The results of our study highlight the dynamic genetic diversity of SARS-CoV-2, with variants such as Delta and Omicron exhibiting distinct patterns of amino acid substitutions in key genomic regions and proteins. Although the scope of our study is limited to eastern Sicily, it has shown that even within this restricted area, conserved genomic regions of SARS-CoV-2, such as Nsp5, Nsp7, Nsp8, and Nsp12, are prone to accumulate spontaneous mutations in individuals who have not been exposed to antiviral treatments. Some of these mutations, might compromise the efficacy of antiviral drugs, which are of fundamental importance for patients at risk of severe COVID-19.

While this study provides valuable insights into the evolutionary landscape of SARS-CoV-2, it is not without limitations. Notably, this study did not delve into the functional consequences of the identified mutations, leaving unanswered questions regarding their impact on viral fitness and transmission. To address these limitations and gain a more comprehensive understanding of the evolutionary trajectory of SARS-CoV-2, future research should focus on conducting functional studies to evaluate the impact of observed mutations on viral replication, infectivity, and immune evasion, and investigating the potential of these mutations to diminish the efficacy of existing antiviral therapies.

The relentless evolution of SARS-CoV-2 poses a significant challenge to the development of future effective antiviral therapies.

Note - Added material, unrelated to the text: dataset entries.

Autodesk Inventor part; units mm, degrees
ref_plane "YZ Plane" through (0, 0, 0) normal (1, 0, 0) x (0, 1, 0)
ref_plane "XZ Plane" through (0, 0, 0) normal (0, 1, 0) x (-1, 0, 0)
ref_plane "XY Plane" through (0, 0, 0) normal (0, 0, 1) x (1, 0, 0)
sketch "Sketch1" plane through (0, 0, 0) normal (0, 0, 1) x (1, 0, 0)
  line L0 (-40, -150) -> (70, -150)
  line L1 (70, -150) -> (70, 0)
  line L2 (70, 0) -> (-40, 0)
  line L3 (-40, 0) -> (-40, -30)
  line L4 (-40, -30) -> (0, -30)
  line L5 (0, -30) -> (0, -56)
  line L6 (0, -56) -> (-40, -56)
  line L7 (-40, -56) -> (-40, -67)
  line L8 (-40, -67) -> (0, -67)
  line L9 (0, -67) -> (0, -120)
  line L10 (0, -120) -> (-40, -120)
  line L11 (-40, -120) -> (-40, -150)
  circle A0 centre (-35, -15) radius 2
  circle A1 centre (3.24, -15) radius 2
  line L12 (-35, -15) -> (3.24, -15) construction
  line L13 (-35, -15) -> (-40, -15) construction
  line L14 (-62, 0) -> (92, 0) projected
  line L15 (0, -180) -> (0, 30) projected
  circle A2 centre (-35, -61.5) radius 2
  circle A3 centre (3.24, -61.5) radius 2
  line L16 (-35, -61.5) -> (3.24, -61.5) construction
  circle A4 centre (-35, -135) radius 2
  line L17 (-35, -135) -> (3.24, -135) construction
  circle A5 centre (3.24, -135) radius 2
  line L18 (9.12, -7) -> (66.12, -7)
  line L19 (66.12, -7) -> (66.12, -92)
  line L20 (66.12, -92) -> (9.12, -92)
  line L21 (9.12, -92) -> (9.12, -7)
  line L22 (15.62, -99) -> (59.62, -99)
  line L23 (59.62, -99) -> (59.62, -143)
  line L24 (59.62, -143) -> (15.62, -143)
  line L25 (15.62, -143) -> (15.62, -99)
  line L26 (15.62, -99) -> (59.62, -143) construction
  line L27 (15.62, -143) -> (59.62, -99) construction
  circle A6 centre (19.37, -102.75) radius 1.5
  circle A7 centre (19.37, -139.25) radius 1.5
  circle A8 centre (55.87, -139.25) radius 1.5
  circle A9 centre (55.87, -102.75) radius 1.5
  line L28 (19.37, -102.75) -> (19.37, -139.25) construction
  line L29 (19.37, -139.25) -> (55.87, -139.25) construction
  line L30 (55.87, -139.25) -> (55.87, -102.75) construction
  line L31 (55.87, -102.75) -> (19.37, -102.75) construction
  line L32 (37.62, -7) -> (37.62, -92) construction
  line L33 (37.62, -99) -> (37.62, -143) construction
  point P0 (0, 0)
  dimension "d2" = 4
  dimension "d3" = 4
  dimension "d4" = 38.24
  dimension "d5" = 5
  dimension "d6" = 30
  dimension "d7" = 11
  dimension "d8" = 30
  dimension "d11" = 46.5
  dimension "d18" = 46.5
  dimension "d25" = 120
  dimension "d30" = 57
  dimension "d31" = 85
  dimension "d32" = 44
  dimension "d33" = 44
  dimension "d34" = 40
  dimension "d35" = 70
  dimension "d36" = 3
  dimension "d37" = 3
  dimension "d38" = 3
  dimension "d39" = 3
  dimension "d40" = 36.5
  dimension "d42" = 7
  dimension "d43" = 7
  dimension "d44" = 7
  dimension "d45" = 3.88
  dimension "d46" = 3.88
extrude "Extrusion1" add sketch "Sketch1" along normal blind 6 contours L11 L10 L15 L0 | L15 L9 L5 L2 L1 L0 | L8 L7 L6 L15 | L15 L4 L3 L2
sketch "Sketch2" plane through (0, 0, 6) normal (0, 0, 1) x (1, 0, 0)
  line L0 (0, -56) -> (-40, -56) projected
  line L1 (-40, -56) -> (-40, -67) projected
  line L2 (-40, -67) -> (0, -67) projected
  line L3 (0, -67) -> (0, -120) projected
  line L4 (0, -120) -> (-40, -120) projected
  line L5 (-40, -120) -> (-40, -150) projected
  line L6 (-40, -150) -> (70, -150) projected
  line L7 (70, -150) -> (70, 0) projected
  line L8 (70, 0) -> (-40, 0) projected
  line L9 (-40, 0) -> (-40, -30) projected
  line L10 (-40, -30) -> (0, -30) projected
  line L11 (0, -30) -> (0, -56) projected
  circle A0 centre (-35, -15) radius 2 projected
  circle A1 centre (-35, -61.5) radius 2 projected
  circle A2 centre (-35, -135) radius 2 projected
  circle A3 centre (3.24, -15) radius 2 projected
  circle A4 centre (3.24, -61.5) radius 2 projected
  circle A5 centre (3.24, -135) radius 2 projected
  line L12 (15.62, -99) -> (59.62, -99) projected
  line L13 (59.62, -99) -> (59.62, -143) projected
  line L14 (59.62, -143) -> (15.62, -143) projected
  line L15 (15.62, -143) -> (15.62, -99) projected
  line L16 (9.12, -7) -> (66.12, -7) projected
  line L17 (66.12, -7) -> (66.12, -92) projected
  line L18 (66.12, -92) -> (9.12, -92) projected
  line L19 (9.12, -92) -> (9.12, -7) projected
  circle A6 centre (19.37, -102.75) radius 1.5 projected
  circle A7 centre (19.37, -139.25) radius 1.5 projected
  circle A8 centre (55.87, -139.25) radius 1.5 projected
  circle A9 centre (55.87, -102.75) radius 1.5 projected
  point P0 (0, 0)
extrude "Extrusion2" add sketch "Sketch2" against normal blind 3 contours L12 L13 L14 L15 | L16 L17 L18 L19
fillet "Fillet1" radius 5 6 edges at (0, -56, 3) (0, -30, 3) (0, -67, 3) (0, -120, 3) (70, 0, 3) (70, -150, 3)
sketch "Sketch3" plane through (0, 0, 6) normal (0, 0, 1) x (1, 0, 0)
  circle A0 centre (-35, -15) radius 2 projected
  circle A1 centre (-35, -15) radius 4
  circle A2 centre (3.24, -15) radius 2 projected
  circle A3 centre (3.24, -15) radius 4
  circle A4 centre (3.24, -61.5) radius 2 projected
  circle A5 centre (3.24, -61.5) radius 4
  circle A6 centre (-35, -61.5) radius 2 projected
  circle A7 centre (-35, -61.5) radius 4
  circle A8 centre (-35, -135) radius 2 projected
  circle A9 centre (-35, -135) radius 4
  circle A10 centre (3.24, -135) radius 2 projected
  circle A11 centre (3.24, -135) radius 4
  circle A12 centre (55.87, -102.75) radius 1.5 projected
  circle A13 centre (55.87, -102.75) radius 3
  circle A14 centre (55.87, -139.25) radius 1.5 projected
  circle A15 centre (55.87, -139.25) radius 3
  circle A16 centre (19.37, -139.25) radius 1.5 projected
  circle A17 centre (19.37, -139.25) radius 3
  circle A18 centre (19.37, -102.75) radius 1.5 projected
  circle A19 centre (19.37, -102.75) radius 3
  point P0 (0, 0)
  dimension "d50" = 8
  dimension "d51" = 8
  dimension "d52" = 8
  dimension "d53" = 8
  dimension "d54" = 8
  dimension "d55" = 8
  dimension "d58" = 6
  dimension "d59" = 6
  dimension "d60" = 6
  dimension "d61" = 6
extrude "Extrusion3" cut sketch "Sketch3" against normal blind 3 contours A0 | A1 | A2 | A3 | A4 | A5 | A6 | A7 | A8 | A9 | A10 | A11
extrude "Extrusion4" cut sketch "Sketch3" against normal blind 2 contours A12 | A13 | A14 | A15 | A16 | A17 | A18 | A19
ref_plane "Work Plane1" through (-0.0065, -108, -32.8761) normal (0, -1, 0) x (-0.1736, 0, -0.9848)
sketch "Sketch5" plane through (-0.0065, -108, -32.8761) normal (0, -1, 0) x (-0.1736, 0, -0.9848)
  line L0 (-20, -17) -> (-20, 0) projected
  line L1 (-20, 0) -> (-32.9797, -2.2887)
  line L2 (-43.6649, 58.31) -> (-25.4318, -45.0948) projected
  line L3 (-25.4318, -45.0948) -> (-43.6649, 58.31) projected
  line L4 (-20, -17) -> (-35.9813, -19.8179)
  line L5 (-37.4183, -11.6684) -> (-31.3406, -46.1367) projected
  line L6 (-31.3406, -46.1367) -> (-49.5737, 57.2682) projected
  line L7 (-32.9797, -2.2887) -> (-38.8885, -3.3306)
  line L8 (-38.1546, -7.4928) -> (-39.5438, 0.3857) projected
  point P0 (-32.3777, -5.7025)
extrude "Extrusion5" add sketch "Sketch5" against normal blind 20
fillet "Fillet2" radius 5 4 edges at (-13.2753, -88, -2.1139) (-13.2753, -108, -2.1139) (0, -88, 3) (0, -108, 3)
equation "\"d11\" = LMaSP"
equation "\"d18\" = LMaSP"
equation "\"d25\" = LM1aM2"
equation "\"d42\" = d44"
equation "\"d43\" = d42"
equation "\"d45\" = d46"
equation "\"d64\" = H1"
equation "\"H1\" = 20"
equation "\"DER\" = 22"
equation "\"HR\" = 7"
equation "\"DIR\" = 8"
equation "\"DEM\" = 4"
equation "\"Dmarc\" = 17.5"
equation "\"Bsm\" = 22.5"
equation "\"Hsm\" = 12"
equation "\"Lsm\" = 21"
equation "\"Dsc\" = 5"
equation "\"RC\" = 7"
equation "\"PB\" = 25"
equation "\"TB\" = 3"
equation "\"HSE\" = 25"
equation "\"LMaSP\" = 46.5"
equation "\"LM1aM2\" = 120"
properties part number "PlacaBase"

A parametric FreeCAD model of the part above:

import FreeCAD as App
import Part
import Sketcher
Q = App.Units.Quantity


def edges_at(feature, points):
    """Names of the edges that pass closest to the given points."""
    edges = feature.Shape.Edges
    near = lambda p: min(range(len(edges)), key=lambda i: edges[i].distToShape(Part.Vertex(*p))[0])
    return sorted({f"Edge{near(p) + 1}" for p in points})


def add_polygon(sketch, points):
    """Adds a closed chain of lines whose ends are joined by coincident constraints."""
    first, n = sketch.GeometryCount, len(points)
    for a, b in zip(points, points[1:] + points[:1]):
        sketch.addGeometry(Part.LineSegment(App.Vector(*a, 0), App.Vector(*b, 0)), False)
    for i in range(n):
        sketch.addConstraint(Sketcher.Constraint("Coincident", first + i, 2, first + (i + 1) % n, 1))

doc = App.newDocument("Part")
body = doc.addObject("PartDesign::Body", "Body")

# Sketch on XY plane
sketch1 = body.newObject("Sketcher::SketchObject", "Sketch")
sketch1.AttachmentSupport = (doc.getObject("XY_Plane"), [""])
sketch1.MapMode = "FlatFace"
add_polygon(sketch1, [(-40, -120), (-40, -150), (70, -150), (70, 0), (-40, 0), (-40, -30), (0, -30), (0, -56), (-40, -56), (-40, -67), (0, -67), (0, -120)])  # lines 0-11
sketch1.addGeometry(Part.Circle(App.Vector(-35, -135, 0), App.Vector(0, 0, 1), 2), False)  # 12
add_polygon(sketch1, [(9.12, -7), (66.12, -7), (66.12, -92), (9.12, -92)])  # lines 13-16
sketch1.addGeometry(Part.Circle(App.Vector(3.24, -135, 0), App.Vector(0, 0, 1), 2), False)  # 17
add_polygon(sketch1, [(15.62, -143), (15.62, -99), (59.62, -99), (59.62, -143)])  # lines 18-21
sketch1.addGeometry(Part.Circle(App.Vector(3.24, -61.5, 0), App.Vector(0, 0, 1), 2), False)  # 22
sketch1.addGeometry(Part.Circle(App.Vector(3.24, -15, 0), App.Vector(0, 0, 1), 2), False)  # 23
sketch1.addGeometry(Part.Circle(App.Vector(-35, -61.5, 0), App.Vector(0, 0, 1), 2), False)  # 24
sketch1.addGeometry(Part.Circle(App.Vector(-35, -15, 0), App.Vector(0, 0, 1), 2), False)  # 25
sketch1.addConstraint([
    Sketcher.Constraint("Vertical", 0),
    Sketcher.Constraint("Horizontal", 1),
    Sketcher.Constraint("Vertical", 2),
    Sketcher.Constraint("Horizontal", 3),
    Sketcher.Constraint("Vertical", 4),
    Sketcher.Constraint("Horizontal", 5),
    Sketcher.Constraint("Vertical", 6),
    Sketcher.Constraint("Horizontal", 7),
    Sketcher.Constraint("Vertical", 8),
    Sketcher.Constraint("Horizontal", 9),
    Sketcher.Constraint("Vertical", 10),
    Sketcher.Constraint("Horizontal", 11),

Understanding the mechanisms by which mutations in RdRp complex subunits and Nsp5 impact drug efficacy is crucial for designing new drugs that are less susceptible to viral resistance.

Several strategies can be employed to mitigate the risk of drug resistance and ensure the continued efficacy of antiviral therapies. One approach involves the development of broad-spectrum antiviral drugs that target multiple viral components, reducing the likelihood that a single mutation can render the drug ineffective. Additionally, combination therapies, which utilize two or more antiviral drugs with different targets, can hinder the emergence of resistant strains by making it more difficult for the virus to develop resistance. Furthermore, continuous monitoring of viral evolution is essential for identifying emerging drug-resistant strains and informing the development of new antiviral strategies. Hence, the use of genetic sequence analysis for evaluating SARS-CoV-2 variability is of utmost significance. This ongoing vigilance is essential for a deeper understanding of how the virus undergoes evolutionary changes, adapts to new conditions, and potentially responds to both immune defenses and therapeutic interventions.